纹理内存位于设备端,global memory也位于设备端,但是texture memory的访问速度较global memory要快。
因为纹理内存有cache, 只有当cache没有命中的时候才会去访问device memory,否则访问texture cache具有很小的延迟。
另外,texture cache的2D定位已经进行了优化,对于同一线程束的线程访问位置临近的texture memory时效率非常高。

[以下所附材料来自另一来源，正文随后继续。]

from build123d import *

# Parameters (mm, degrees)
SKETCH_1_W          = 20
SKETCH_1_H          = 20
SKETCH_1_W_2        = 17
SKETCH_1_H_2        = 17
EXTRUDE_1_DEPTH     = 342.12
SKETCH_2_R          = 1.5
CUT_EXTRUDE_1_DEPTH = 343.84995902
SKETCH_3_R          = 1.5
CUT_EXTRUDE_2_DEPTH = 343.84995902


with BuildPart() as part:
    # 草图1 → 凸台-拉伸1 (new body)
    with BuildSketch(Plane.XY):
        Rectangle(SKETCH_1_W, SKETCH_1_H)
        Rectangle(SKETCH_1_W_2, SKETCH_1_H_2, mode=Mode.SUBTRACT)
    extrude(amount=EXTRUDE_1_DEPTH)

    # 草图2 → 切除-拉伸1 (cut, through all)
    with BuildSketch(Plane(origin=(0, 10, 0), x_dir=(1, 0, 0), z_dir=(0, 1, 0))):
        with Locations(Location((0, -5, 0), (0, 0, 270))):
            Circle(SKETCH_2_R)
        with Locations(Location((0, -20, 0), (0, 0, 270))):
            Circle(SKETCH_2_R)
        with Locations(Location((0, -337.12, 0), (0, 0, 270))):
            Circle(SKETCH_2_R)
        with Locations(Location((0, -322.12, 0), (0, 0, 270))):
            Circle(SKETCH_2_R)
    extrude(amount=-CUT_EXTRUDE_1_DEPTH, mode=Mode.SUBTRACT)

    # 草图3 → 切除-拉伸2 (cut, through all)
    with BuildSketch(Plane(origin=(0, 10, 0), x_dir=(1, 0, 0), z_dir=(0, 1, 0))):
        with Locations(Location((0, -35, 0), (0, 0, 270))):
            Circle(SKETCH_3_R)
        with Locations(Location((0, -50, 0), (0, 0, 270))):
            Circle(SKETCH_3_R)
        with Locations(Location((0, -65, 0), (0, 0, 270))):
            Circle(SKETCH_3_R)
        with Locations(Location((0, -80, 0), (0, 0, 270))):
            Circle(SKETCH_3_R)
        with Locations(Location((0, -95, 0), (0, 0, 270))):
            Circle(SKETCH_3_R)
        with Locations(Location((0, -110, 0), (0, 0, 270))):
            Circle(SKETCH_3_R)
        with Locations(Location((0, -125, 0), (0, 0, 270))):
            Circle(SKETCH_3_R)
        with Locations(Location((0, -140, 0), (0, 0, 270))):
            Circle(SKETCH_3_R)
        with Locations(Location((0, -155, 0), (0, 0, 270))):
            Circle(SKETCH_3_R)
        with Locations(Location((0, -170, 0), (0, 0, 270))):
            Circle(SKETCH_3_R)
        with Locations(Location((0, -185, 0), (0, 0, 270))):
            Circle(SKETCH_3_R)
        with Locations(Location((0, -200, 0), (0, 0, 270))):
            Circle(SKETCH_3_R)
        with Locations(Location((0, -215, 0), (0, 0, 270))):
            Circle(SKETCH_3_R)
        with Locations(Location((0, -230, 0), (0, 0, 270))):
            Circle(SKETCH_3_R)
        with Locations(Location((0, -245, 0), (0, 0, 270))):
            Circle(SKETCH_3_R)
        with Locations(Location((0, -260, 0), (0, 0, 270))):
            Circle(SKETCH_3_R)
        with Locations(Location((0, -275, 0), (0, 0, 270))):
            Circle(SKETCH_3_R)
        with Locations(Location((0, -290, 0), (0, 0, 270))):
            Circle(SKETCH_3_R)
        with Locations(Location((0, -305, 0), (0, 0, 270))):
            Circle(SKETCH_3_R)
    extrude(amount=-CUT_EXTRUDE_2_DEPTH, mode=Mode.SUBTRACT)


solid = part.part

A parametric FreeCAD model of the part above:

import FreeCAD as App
import Part
import Sketcher
from FreeCAD import Vector
Q = App.Units.Quantity


def add_polygon(sketch, points):
    """Adds a closed chain of lines whose ends are joined by coincident constraints."""
    first, n = sketch.GeometryCount, len(points)
    for a, b in zip(points, points[1:] + points[:1]):
        sketch.addGeometry(Part.LineSegment(App.Vector(*a, 0), App.Vector(*b, 0)), False)
    for i in range(n):
        sketch.addConstraint(Sketcher.Constraint("Coincident", first + i, 2, first + (i + 1) % n, 1))

doc = App.newDocument("Part")
params = doc.addObject("Spreadsheet::Sheet", "Params")
for row, (alias, value) in enumerate([
    ("sketch1_width", "20 mm"),
    ("sketch1_width2", "17 mm"),
    ("pad1_length", "342.12 mm"),
    ("sketch2_diameter", "3 mm"),
    ("sketch3_diameter", "3 mm"),
], start=1):
    params.set(f"A{row}", alias)
    params.set(f"B{row}", "=" + value)
    params.setAlias(f"B{row}", alias)

body = doc.addObject("PartDesign::Body", "Body")

# Sketch on XY plane
sketch1 = body.newObject("Sketcher::SketchObject", "Sketch")
sketch1.AttachmentSupport = (doc.getObject("XY_Plane"), [""])
sketch1.MapMode = "FlatFace"
add_polygon(sketch1, [(-10, 10), (-10, -10), (10, -10), (10, 10)])  # lines 0-3
add_polygon(sketch1, [(8.5, -8.5), (-8.5, -8.5), (-8.5, 8.5), (8.5, 8.5)])  # lines 4-7
sketch1.addConstraint([
    Sketcher.Constraint("Vertical", 0),
    Sketcher.Constraint("Horizontal", 1),
    Sketcher.Constraint("Vertical", 2),
    Sketcher.Constraint("Horizontal", 3),
    Sketcher.Constraint("Horizontal", 4),
    Sketcher.Constraint("Vertical", 5),
    Sketcher.Constraint("Horizontal", 6),
    Sketcher.Constraint("Vertical", 7),
    Sketcher.Constraint("Symmetric", 0, 2, 2, 2, -1, 1),
    Sketcher.Constraint("Symmetric", 4, 2, 6, 2, -1, 1),
    Sketcher.Constraint("Equal", 3, 0),
    Sketcher.Constraint("Equal", 6, 5),
    Sketcher.Constraint("DistanceX", 1, 1, 1, 2, Q("20 mm")),
    Sketcher.Constraint("DistanceX", 4, 2, 4, 1, Q("17 mm")),
])
sketch1.setExpression("Constraints[20]", "Params.sketch1_width")
sketch1.setExpression("Constraints[21]", "Params.sketch1_width2")
pad1 = body.newObject("PartDesign::Pad", "Pad")
pad1.Profile = sketch1
pad1.setExpression("Length", "Params.pad1_length")

# Sketch on XZ plane
sketch2 = body.newObject("Sketcher::SketchObject", "Sketch001")
sketch2.AttachmentSupport = (doc.getObject("XZ_Plane"), [""])
sketch2.MapMode = "FlatFace"
sketch2.AttachmentOffset = App.Placement(Vector(0, 0, -10), App.Rotation())
sketch2.addGeometry([
    Part.Circle(Vector(0, 5, 0), Vector(0, 0, 1), 1.5),
    Part.Circle(Vector(0, 20, 0), Vector(0, 0, 1), 1.5),
    Part.Circle(Vector(0, 337.12, 0), Vector(0, 0, 1), 1.5),
    Part.Circle(Vector(0, 322.12, 0), Vector(0, 0, 1), 1.5),
], False)
sketch2.addConstraint([
    Sketcher.Constraint("Equal", 0, 1),
    Sketcher.Constraint("Equal", 1, 2),
    Sketcher.Constraint("Equal", 2, 3),
    Sketcher.Constraint("PointOnObject", 0, 3, -2),
    Sketcher.Constraint("PointOnObject", 1, 3, -2),
    Sketcher.Constraint("PointOnObject", 2, 3, -2),
    Sketcher.Constraint("PointOnObject", 3, 3, -2),
    Sketcher.Constraint("Diameter", 0, Q("3 mm")),
    Sketcher.Constraint("DistanceY", -1, 1, 0, 3, Q("5 mm")),
    Sketcher.Constraint("DistanceY", -1, 1, 1, 3, Q("20 mm")),
    Sketcher.Constraint("DistanceY", 3, 3, 2, 3, Q("15 mm")),
    Sketcher.Constraint("DistanceY", -1, 1, 2, 3, Q("337.12 mm")),
])
sketch2.setExpression("Constraints[7]", "Params.sketch2_diameter")
pocket1 = body.newObject("PartDesign::Pocket", "Pocket")
pocket1.Profile = sketch2
pocket1.Type = "ThroughAll"
pocket1.Reversed = True

# Sketch on XZ plane
sketch3 = body.newObject("Sketcher::SketchObject", "Sketch002")
sketch3.AttachmentSupport = (doc.getObject("XZ_Plane"), [""])
sketch3.MapMode = "FlatFace"
sketch3.AttachmentOffset = App.Placement(Vector(0, 0, -10), App.Rotation())
sketch3.addGeometry([
    Part.Circle(Vector(0, 35, 0), Vector(0, 0, 1), 1.5),  # 0
    Part.Circle(Vector(0, 50, 0), Vector(0, 0, 1), 1.5),  # 1
    Part.Circle(Vector(0, 65, 0), Vector(0, 0, 1), 1.5),  # 2
    Part.Circle(Vector(0, 80, 0), Vector(0, 0, 1), 1.5),  # 3
    Part.Circle(Vector(0, 95, 0), Vector(0, 0, 1), 1.5),  # 4
    Part.Circle(Vector(0, 110, 0), Vector(0, 0, 1), 1.5),  # 5
    Part.Circle(Vector(0, 125, 0), Vector(0, 0, 1), 1.5),  # 6
    Part.Circle(Vector(0, 140, 0), Vector(0, 0, 1), 1.5),  # 7
    Part.Circle(Vector(0, 155, 0), Vector(0, 0, 1), 1.5),  # 8
    Part.Circle(Vector(0, 170, 0), Vector(0, 0, 1), 1.5),  # 9
    Part.Circle(Vector(0, 185, 0), Vector(0, 0, 1), 1.5),  # 10
    Part.Circle(Vector(0, 200, 0), Vector(0, 0, 1), 1.5),  # 11
    Part.Circle(Vector(0, 215, 0), Vector(0, 0, 1), 1.5),  # 12
    Part.Circle(Vector(0, 230, 0), Vector(0, 0, 1), 1.5),  # 13
    Part.Circle(Vector(0, 245, 0), Vector(0, 0, 1), 1.5),  # 14
    Part.Circle(Vector(0, 260, 0), Vector(0, 0, 1), 1.5),  # 15
    Part.Circle(Vector(0, 275, 0), Vector(0, 0, 1), 1.5),  # 16
    Part.Circle(Vector(0, 290, 0), Vector(0, 0, 1), 1.5),  # 17
    Part.Circle(Vector(0, 305, 0), Vector(0, 0, 1), 1.5),  # 18
], False)
sketch3.addConstraint([
    Sketcher.Constraint("Equal", 0, 1),
    Sketcher.Constraint("Equal", 1, 2),
    Sketcher.Constraint("Equal", 2, 3),
    Sketcher.Constraint("Equal", 3, 4),
    Sketcher.Constraint("Equal", 4, 5),
    Sketcher.Constraint("Equal", 5, 6),
    Sketcher.Constraint("Equal", 6, 7),
    Sketcher.Constraint("Equal", 7, 8),
    Sketcher.Constraint("Equal", 8, 9),
    Sketcher.Constraint("Equal", 9, 10),
    Sketcher.Constraint("Equal", 10, 11),
    Sketcher.Constraint("Equal", 11, 12),
    Sketcher.Constraint("Equal", 12, 13),
    Sketcher.Constraint("Equal", 13, 14),
    Sketcher.Constraint("Equal", 14, 15),
    Sketcher.Constraint("Equal", 15, 16),
    Sketcher.Constraint("Equal", 16, 17),
    Sketcher.Constraint("Equal", 17, 18),
    Sketcher.Constraint("PointOnObject", 0, 3, -2),
    Sketcher.Constraint("PointOnObject", 1, 3, -2),
    Sketcher.Constraint("PointOnObject", 2, 3, -2),
    Sketcher.Constraint("PointOnObject", 3, 3, -2),
    Sketcher.Constraint("PointOnObject", 4, 3, -2),
    Sketcher.Constraint("PointOnObject", 5, 3, -2),
    Sketcher.Constraint("PointOnObject", 6, 3, -2),
    Sketcher.Constraint("PointOnObject", 7, 3, -2),
    Sketcher.Constraint("PointOnObject", 8, 3, -2),
    Sketcher.Constraint("PointOnObject", 9, 3, -2),
    Sketcher.Constraint("PointOnObject", 10, 3, -2),
    Sketcher.Constraint("PointOnObject", 11, 3, -2),
    Sketcher.Constraint("PointOnObject", 12, 3, -2),
    Sketcher.Constraint("PointOnObject", 13, 3, -2),
    Sketcher.Constraint("PointOnObject", 14, 3, -2),
    Sketcher.Constraint("PointOnObject", 15, 3, -2),
    Sketcher.Constraint("PointOnObject", 16, 3, -2),
    Sketcher.Constraint("PointOnObject", 17, 3, -2),
    Sketcher.Constraint("PointOnObject", 18, 3, -2),
    Sketcher.Constraint("Diameter", 0, Q("3 mm")),
    Sketcher.Constraint("DistanceY", -1, 1, 0, 3, Q("35 mm")),
    Sketcher.Constraint("DistanceY", -1, 1, 1, 3, Q("50 mm")),
    Sketcher.Constraint("DistanceY", -1, 1, 2, 3, Q("65 mm")),
    Sketcher.Constraint("DistanceY", -1, 1, 3, 3, Q("80 mm")),
    Sketcher.Constraint("DistanceY", -1, 1, 4, 3, Q("95 mm")),
    Sketcher.Constraint("DistanceY", -1, 1, 5, 3, Q("110 mm")),
    Sketcher.Constraint("DistanceY", -1, 1, 6, 3, Q("125 mm")),
    Sketcher.Constraint("DistanceY", -1, 1, 7, 3, Q("140 mm")),
    Sketcher.Constraint("DistanceY", -1, 1, 8, 3, Q("155 mm")),
    Sketcher.Constraint("DistanceY", -1, 1, 9, 3, Q("170 mm")),
    Sketcher.Constraint("DistanceY", -1, 1, 10, 3, Q("185 mm")),
    Sketcher.Constraint("DistanceY", -1, 1, 11, 3, Q("200 mm")),
    Sketcher.Constraint("DistanceY", -1, 1, 12, 3, Q("215 mm")),
    Sketcher.Constraint("DistanceY", -1, 1, 13, 3, Q("230 mm")),
    Sketcher.Constraint("DistanceY", -1, 1, 14, 3, Q("245 mm")),
    Sketcher.Constraint("DistanceY", -1, 1, 15, 3, Q("260 mm")),
    Sketcher.Constraint("DistanceY", -1, 1, 16, 3, Q("275 mm")),
    Sketcher.Constraint("DistanceY", -1, 1, 17, 3, Q("290 mm")),
    Sketcher.Constraint("DistanceY", -1, 1, 18, 3, Q("305 mm")),
])
sketch3.setExpression("Constraints[37]", "Params.sketch3_diameter")
pocket2 = body.newObject("PartDesign::Pocket", "Pocket001")
pocket2.Profile = sketch3
pocket2.Type = "ThroughAll"
pocket2.Reversed = True

doc.recompute()
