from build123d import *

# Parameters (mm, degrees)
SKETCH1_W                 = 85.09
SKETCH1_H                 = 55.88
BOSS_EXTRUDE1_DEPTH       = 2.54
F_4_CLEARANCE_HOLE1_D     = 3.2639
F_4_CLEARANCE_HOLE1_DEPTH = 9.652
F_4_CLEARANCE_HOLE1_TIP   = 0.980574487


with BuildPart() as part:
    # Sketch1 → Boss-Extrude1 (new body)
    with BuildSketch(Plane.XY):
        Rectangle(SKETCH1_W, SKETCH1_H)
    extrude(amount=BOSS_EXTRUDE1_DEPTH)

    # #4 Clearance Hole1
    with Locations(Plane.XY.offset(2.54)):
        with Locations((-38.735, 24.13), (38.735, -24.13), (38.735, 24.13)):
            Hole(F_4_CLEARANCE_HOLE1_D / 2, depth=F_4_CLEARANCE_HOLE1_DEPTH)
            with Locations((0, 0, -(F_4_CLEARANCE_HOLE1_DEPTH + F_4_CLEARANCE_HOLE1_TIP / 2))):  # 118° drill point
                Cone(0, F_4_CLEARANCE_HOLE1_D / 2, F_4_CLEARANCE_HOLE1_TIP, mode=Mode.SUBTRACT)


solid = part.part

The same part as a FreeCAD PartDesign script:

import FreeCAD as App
import Part
import Sketcher

V = App.Vector
Q = App.Units.Quantity


def add_polygon(sketch, points):
    """Adds a closed chain of lines whose ends are joined by coincident constraints."""
    first, n = sketch.GeometryCount, len(points)
    for a, b in zip(points, points[1:] + points[:1]):
        sketch.addGeometry(Part.LineSegment(App.Vector(*a, 0), App.Vector(*b, 0)), False)
    for i in range(n):
        sketch.addConstraint(Sketcher.Constraint("Coincident", first + i, 2, first + (i + 1) % n, 1))

doc = App.newDocument("Part")
body = doc.addObject("PartDesign::Body", "Body")

sketch1 = body.newObject("Sketcher::SketchObject", "Sketch")
sketch1.AttachmentSupport = (doc.getObject("XY_Plane"), [""])
sketch1.MapMode = "FlatFace"
add_polygon(sketch1, [(-42.545, 27.94), (-42.545, -27.94), (42.545, -27.94), (42.545, 27.94)])
sketch1.addConstraint(Sketcher.Constraint("Vertical", 0))
sketch1.addConstraint(Sketcher.Constraint("Horizontal", 1))
sketch1.addConstraint(Sketcher.Constraint("Vertical", 2))
sketch1.addConstraint(Sketcher.Constraint("Horizontal", 3))
sketch1.addConstraint(Sketcher.Constraint("Symmetric", 0, 2, 2, 2, -1, 1))
sketch1.addConstraint(Sketcher.Constraint("DistanceY", 0, 2, 0, 1, Q("2.2 in")))
sketch1.addConstraint(Sketcher.Constraint("DistanceX", 1, 1, 1, 2, Q("3.35 in")))
pad1 = body.newObject("PartDesign::Pad", "Pad")
pad1.Profile = sketch1
pad1.Length = Q("0.1 in")

sketch2 = body.newObject("Sketcher::SketchObject", "Sketch001")
sketch2.AttachmentSupport = (doc.getObject("XY_Plane"), [""])
sketch2.MapMode = "FlatFace"
sketch2.AttachmentOffset = App.Placement(V(0, 0, 0.1 * 25.4), App.Rotation())
sketch2.addGeometry(Part.Circle(V(-38.735, 24.13, 0), V(0, 0, 1), 1.63195), False)
sketch2.addGeometry(Part.Circle(V(38.735, -24.13, 0), V(0, 0, 1), 1.63195), False)
sketch2.addGeometry(Part.Circle(V(38.735, 24.13, 0), V(0, 0, 1), 1.63195), False)
sketch2.addConstraint(Sketcher.Constraint("Equal", 0, 1))
sketch2.addConstraint(Sketcher.Constraint("Equal", 1, 2))
sketch2.addConstraint(Sketcher.Constraint("Symmetric", 0, 3, 1, 3, -1, 1))
sketch2.addConstraint(Sketcher.Constraint("Symmetric", 0, 3, 2, 3, -2))
sketch2.addConstraint(Sketcher.Constraint("Diameter", 0, Q("0.1285 in")))
sketch2.addConstraint(Sketcher.Constraint("DistanceY", 1, 3, 0, 3, Q("1.9 in")))
sketch2.addConstraint(Sketcher.Constraint("DistanceX", 0, 3, 1, 3, Q("3.05 in")))
doc.recompute()
hole = body.newObject("PartDesign::Hole", "Hole")
hole.Profile = sketch2
hole.ThreadType = "None"
hole.Diameter = Q("0.1285 in")
hole.DepthType = "Dimension"
hole.Depth = Q("0.38 in")
hole.DrillPoint = "Angled"
hole.DrillPointAngle = 118

doc.recompute()
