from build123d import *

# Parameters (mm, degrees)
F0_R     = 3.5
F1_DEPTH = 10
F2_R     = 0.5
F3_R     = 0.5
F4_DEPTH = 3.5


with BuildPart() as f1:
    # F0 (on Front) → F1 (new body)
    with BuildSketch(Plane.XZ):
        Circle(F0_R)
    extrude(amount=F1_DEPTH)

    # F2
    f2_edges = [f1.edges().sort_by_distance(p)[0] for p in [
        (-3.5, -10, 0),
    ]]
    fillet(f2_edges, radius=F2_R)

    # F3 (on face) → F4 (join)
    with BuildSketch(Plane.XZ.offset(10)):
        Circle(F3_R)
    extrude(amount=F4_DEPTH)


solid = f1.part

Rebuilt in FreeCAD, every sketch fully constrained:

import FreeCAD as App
import Part
import Sketcher
from FreeCAD import Vector


def edges_at(feature, points):
    """Names of the edges that pass closest to the given points."""
    edges = feature.Shape.Edges
    near = lambda p: min(range(len(edges)), key=lambda i: edges[i].distToShape(Part.Vertex(*p))[0])
    return sorted({f"Edge{near(p) + 1}" for p in points})

doc = App.newDocument("Part")
body = doc.addObject("PartDesign::Body", "Body")

# Sketch on XZ plane
sketch1 = body.newObject("Sketcher::SketchObject", "Sketch")
sketch1.AttachmentSupport = (doc.getObject("XZ_Plane"), [""])
sketch1.MapMode = "FlatFace"
sketch1.addGeometry(Part.Circle(Vector(0, 0, 0), Vector(0, 0, 1), 3.5), False)
sketch1.addConstraint(Sketcher.Constraint("Coincident", 0, 3, -1, 1))
sketch1.addConstraint(Sketcher.Constraint("Diameter", 0, 7.0))
pad1 = body.newObject("PartDesign::Pad", "Pad")
pad1.Profile = sketch1
pad1.Length = 10
doc.recompute()

fillet = body.newObject("PartDesign::Fillet", "Fillet")
fillet.Base = (pad1, edges_at(pad1, [(-3.5, -10, 0)]))
fillet.Radius = 0.5

# Sketch on XZ plane
sketch2 = body.newObject("Sketcher::SketchObject", "Sketch001")
sketch2.AttachmentSupport = (doc.getObject("XZ_Plane"), [""])
sketch2.MapMode = "FlatFace"
sketch2.AttachmentOffset = App.Placement(Vector(0, 0, 10), App.Rotation())
sketch2.addGeometry(Part.Circle(Vector(0, 0, 0), Vector(0, 0, 1), 0.5), False)
sketch2.addConstraint(Sketcher.Constraint("Coincident", 0, 3, -1, 1))
sketch2.addConstraint(Sketcher.Constraint("Diameter", 0, 1.0))
pad2 = body.newObject("PartDesign::Pad", "Pad001")
pad2.Profile = sketch2
pad2.Length = 3.5

doc.recompute()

还有,texture memory的stream fetching 也进行了优化,所以即使cache没有命中,对texture memory的访问延迟也不会很高。
初始化纹理内存:
- texture<uchar, 3, cudaReadModeNormalizedFloat> tex;
- cudaArray *d_volumeArray = 0;
- extern "C"
- void initCudaTexture(const uchar *h_volume, cudaExtent volumeSize)
- {
- cudaChannelFormatDesc channelDesc = cudaCreateChannelDesc<uchar>();
- cutilSafeCall(cudaMalloc3DArray(&d_volumeArray, &channelDesc, volumeSize));
- cudaMemcpy3DParms copyParams = {0};
- copyParams.srcPtr = make_cudaPitchedPtr((void*)h_volume, volumeSize.width*sizeof(uchar), volumeSize.width, volumeSize.height);
- copyParams.dstArray = d_volumeArray;
- copyParams.extent = volumeSize;
- copyParams.kind = cudaMemcpyHostToDevice;
- cutilSafeCall(cudaMemcpy3D(©Params));
- tex.normalized = true;
- tex.filterMode = cudaFilterModeLinear;
- tex.addressMode[0] = cudaAddressModeWrap;
- tex.addressMode[1] = cudaAddressModeWrap;
- tex.addressMode[2] = cudaAddressModeWrap;
- cutilSafeCall(cudaBindTextureToArray(tex, d_volumeArray, channelDesc));
- }
在上述代码中已经将h_volume中的数据拷贝到设备端的d_volumeArray中,然后又将其绑定到一个纹理内存。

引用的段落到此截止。